On Tue, Feb 12, 2019 at 09:45:53AM -0800, Vineet Gupta wrote:
+CC some folks interested in alignment stuff in the past.
On 2/12/19 9:30 AM, David Laight wrote:
From: Vineet Gupta
Sent: 12 February 2019 17:17
On 2/8/19 2:55 AM, Alexey Brodkin wrote:
By default ARCH_SLAB_MINALIGN is defined in "include/linux/slab.h" as "__alignof__(unsigned long long)" which looks fine but not for ARC.
Just for the record, the issue happens because a LLOCKD (exclusive 64-bit load) was trying to use a 32-bit aligned effective address (for atomic64_t), not allowed by ISA (LLOCKD can only take 64-bit aligned address, even when the CPU has unaligned access enabled).
This in turn was happening because this word is embedded in some other struct and happens to be 4 byte aligned
ARC tools ABI sets align of "long long" the same as for "long" = 4 instead of 8 one may think of.
Right, but __alignof__() doesn't have to return the alignment that would be used for a data item of the specified type. (Read the gcc 'bug' info for gory details.)
On i386 __alignof__(long long) is 8, but structure members of type 'long long' are 4 byte aligned and the alignment of a structure with a 'long long' member is only 4. (Although the microsoft compiler returns 4.)
Exactly my point that this fudging of outer alignment is no magic bullet.
IMO (and yes I knew about that i386 thing) this is just plain wrong. Of course we'll have to live with that crap, but that doesn't make it less crap.
Right, this was indeed unexpected and not like most other arches. ARCv2 ISA allows regular 64-bit loads/stores (LDD/STD) to take 32-bit aligned addresses. Thus ABI relaxing the alignment for 64-bit data potentially causes more packing and less space waste. But on the flip side we need to waste space at arbitrary places liek this.

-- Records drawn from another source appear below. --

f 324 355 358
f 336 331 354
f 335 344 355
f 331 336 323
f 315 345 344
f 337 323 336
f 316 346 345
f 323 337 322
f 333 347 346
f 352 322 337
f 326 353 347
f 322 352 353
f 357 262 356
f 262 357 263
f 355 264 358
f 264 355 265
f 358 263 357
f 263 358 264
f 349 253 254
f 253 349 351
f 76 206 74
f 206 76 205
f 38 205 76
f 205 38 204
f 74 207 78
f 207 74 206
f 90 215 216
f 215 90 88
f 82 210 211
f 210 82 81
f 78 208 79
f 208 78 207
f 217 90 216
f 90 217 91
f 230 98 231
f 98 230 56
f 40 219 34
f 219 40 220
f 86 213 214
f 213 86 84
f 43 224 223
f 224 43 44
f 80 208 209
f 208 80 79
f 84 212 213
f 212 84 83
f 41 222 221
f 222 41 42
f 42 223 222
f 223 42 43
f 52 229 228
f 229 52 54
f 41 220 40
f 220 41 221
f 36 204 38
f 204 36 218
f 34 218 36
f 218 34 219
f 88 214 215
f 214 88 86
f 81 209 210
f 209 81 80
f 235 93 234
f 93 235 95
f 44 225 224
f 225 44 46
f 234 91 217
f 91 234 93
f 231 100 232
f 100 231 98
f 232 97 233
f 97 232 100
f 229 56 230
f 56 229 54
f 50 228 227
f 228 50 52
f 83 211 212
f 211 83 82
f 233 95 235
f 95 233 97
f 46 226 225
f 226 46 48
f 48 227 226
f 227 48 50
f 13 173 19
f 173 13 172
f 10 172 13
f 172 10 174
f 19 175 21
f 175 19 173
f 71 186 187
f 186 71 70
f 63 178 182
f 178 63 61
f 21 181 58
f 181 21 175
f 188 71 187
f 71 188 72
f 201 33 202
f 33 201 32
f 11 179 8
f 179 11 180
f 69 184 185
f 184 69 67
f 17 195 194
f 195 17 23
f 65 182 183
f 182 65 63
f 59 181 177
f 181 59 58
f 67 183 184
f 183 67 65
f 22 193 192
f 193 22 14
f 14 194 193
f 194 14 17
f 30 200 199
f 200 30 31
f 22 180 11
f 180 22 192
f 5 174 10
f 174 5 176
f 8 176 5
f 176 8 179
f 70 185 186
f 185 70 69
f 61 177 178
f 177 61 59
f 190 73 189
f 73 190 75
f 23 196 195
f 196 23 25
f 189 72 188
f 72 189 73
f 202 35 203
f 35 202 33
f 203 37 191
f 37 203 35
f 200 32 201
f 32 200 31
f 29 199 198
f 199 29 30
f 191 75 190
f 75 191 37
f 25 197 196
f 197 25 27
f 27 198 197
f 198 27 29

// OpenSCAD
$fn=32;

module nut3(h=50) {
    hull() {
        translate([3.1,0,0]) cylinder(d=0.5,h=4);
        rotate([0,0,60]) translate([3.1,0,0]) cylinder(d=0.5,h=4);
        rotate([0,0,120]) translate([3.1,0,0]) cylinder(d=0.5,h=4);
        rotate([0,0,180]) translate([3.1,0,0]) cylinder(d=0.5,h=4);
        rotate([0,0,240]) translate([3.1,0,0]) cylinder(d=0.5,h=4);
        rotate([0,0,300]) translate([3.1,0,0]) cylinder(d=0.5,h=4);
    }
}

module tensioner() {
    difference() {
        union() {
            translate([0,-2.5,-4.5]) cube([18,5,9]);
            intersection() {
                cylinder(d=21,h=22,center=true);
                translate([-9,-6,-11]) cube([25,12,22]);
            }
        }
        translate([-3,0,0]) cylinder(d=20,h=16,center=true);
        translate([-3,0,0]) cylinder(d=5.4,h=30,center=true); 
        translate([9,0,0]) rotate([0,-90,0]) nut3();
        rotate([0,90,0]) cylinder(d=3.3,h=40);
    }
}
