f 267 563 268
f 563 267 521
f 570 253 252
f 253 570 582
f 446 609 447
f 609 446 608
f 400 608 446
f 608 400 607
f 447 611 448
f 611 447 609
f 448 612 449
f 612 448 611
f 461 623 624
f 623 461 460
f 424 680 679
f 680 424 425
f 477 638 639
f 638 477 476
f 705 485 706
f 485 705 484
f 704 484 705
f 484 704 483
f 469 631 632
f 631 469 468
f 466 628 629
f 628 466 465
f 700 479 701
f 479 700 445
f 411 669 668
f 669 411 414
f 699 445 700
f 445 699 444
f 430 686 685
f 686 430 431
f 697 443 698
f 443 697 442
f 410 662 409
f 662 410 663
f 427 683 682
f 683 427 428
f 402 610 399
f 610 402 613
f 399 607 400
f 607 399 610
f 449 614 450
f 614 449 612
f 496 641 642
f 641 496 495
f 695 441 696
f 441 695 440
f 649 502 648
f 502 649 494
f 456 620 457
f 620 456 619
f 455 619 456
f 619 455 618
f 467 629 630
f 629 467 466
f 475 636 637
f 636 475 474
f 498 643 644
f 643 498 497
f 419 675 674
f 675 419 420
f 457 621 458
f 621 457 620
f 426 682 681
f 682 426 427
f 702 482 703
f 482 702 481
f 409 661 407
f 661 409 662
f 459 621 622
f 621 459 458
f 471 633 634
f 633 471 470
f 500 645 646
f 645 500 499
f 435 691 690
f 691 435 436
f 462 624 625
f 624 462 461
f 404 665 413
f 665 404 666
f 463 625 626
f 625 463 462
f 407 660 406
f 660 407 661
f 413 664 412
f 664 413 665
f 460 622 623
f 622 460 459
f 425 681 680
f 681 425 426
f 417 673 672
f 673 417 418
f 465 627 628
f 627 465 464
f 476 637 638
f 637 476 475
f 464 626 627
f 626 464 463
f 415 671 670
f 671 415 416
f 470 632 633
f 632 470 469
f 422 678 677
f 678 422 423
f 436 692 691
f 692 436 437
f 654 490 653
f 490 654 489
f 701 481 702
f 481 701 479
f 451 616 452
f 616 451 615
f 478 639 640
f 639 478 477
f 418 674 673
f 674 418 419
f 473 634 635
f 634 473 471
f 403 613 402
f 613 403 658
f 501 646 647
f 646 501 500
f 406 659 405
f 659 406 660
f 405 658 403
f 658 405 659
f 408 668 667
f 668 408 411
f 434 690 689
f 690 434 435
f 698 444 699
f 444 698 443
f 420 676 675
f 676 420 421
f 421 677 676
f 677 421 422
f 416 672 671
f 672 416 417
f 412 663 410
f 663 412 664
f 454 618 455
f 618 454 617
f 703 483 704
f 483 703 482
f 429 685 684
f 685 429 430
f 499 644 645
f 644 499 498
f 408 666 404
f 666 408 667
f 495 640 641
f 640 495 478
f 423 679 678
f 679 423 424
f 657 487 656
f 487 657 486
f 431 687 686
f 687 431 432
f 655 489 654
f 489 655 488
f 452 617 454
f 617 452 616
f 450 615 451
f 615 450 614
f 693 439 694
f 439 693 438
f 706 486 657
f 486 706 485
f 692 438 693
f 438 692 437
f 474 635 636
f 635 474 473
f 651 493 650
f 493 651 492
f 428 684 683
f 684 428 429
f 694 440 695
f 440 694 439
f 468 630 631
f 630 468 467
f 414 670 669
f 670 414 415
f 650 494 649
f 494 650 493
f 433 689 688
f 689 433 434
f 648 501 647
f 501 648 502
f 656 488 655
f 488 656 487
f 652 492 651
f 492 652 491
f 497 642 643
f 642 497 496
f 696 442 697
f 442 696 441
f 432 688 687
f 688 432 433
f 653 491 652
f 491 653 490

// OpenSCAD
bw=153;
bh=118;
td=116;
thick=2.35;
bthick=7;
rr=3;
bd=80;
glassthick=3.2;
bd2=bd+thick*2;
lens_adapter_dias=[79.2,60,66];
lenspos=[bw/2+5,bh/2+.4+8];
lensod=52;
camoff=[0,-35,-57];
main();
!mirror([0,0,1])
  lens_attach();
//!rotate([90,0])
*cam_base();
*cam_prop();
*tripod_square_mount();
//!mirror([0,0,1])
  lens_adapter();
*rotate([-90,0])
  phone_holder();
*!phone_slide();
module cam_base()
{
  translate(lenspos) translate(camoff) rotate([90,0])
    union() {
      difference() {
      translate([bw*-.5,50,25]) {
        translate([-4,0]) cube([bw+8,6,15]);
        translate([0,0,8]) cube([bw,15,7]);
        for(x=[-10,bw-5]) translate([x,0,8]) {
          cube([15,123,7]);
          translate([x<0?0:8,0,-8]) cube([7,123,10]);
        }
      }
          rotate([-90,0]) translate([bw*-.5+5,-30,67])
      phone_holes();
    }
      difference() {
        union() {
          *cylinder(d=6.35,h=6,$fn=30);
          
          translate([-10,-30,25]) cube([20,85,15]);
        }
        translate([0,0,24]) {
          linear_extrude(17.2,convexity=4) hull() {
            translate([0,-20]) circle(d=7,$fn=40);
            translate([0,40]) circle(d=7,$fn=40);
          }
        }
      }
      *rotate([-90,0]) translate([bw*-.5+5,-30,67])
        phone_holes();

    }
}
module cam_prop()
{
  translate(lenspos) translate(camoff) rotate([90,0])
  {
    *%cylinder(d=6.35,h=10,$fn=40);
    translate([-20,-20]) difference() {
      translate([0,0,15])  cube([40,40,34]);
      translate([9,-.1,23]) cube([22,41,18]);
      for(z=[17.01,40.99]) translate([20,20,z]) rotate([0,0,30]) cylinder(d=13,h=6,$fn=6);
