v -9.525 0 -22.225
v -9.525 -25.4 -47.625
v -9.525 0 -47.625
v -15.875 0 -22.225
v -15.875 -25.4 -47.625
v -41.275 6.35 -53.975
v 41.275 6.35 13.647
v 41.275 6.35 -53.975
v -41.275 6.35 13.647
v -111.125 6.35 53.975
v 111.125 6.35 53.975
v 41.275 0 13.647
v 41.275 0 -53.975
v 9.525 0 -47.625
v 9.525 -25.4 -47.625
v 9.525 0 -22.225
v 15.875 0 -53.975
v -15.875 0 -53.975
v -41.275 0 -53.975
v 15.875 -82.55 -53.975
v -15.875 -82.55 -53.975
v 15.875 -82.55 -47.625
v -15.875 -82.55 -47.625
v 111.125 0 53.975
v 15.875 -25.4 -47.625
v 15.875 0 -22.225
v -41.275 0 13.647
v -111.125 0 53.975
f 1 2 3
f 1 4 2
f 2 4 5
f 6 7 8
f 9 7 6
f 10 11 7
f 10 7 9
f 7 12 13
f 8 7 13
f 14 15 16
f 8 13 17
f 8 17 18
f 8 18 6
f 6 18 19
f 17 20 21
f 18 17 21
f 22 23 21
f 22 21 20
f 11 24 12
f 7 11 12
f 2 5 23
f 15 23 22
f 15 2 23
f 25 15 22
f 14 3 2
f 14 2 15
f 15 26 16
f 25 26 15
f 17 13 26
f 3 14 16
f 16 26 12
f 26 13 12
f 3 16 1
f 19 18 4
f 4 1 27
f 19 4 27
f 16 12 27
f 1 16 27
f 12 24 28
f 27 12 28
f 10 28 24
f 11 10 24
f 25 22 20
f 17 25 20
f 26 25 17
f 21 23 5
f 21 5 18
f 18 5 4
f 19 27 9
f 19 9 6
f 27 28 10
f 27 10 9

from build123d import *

# Parameters (mm, degrees)
F1_DEPTH = 6.35
F3_W     = 31.75
F3_H     = 6.35
F4_DEPTH = 82.55
F6_DEPTH = 6.35


with BuildPart() as f1:
    # F0 (on Front) → F1 (new body)
    with BuildSketch(Plane.XZ):
        Polygon((-41.275, 13.647084), (-41.275, 53.975), (-111.125, 53.975), align=None)
        Polygon((0, 53.975), (-41.275, 53.975), (-41.275, 13.647084), (-41.275, -53.975), (0, -53.975), align=None)
    extrude(amount=-F1_DEPTH)

    # F2: F1 across plane


with BuildPart() as f1_1:
    add(f1.part)
    add(f1.part.mirror(Plane.YZ))

    # F3 (on Front) → F4 (join)
    with BuildSketch(Plane.XZ):
        with Locations((0, -50.8)):
            Rectangle(F3_W, F3_H)
    extrude(amount=F4_DEPTH)

    # F5 (on face) → F6 (join)
    with BuildSketch(Plane.YZ.offset(15.875)):
        Polygon((0, -22.225), (-25.4, -47.625), (0, -47.625), align=None)
    extrude(amount=-F6_DEPTH)

    # F7: F1 across plane


with BuildPart() as f1_2:
    add(f1_1.part)
    add(f1_1.part.mirror(Plane.YZ))


solid = f1_2.part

So this is all good and theory, but I'm not 100% sure how slab alignment helps here (and is future proof). So the outer struct with embedded atomic64_t was allocated via slab and your patch ensures that outer struct is 64-bit aligned ?
Presumable 'atomic64_t' has an alignment attribute to force 8 byte alignment.
It does for ARC
typedef struct { aligned_u64 counter; } atomic64_t;
Note that atomic*_t is signed; also note that it doesn't matter in practise because -fno-strict-overflow.
Personally I think u64 and company should already force natural alignment; but alas. I though that was part of the reason we have __u64 and co., so that ABI is invariant to kernel alignment changes.
But how does that guarantee that all embedded atomic64_t in there will be 64-bit aligned (in future say) in the light of ARC ABI and the gcc bug/feature which Peter alluded to
https://gcc.gnu.org/bugzilla/show_bug.cgi?id=54188 https://gcc.gnu.org/bugzilla/show_bug.cgi?id=10360
I strongly agree with all those that say __alignof__ is broken and argue for the C11 _Alignof/alignof semantics.
In particular I think that:
T x;
struct foo { T x; };
alignof(x) == alignof(foo::x)
And:
Aggregates (structures and arrays) and unions assume the alignment of their most strictly aligned component.
Otherwise none of this is remotely usable.
Thus slab allocator may easily allocate a buffer which is 32-bit aligned. And most of the time it's OK until we start dealing with 64-bit atomics with special LLOCKD/SCONDD instructions which (as opposed to their 32-bit counterparts LLOCK/SCOND) operate with full 64-bit words but those words must be 64-bit aligned.
Some of this text needed to go above to give more context.
I suspect the slab allocator should be returning 8 byte aligned addresses on all systems....
why ? As I understand it is still not fool proof against the expected alignment of inner members. There ought to be a better way to enforce all this.
I agree that for ARC ARCH_SLAB_MINALIGN should be at least 8.
In the past I've proposed a GCC plugin / checker that would verify the alignment requirements against the various allocators.
For instance:
struct foo { spinlock_t a; int b; } __cacheline_aligned;
struct foo *my_foo = kmalloc(sizeof(struct foo), GFP_KERNEL);
would result in a warning; because obviously kmalloc (as per ARCH_SLAB_MINALIGN) doesn't respect the cacheline alignment of the type.
Of course; it appears our kmalloc() function definition doesn't even have a __malloc attribute, so there's plenty work to be done here.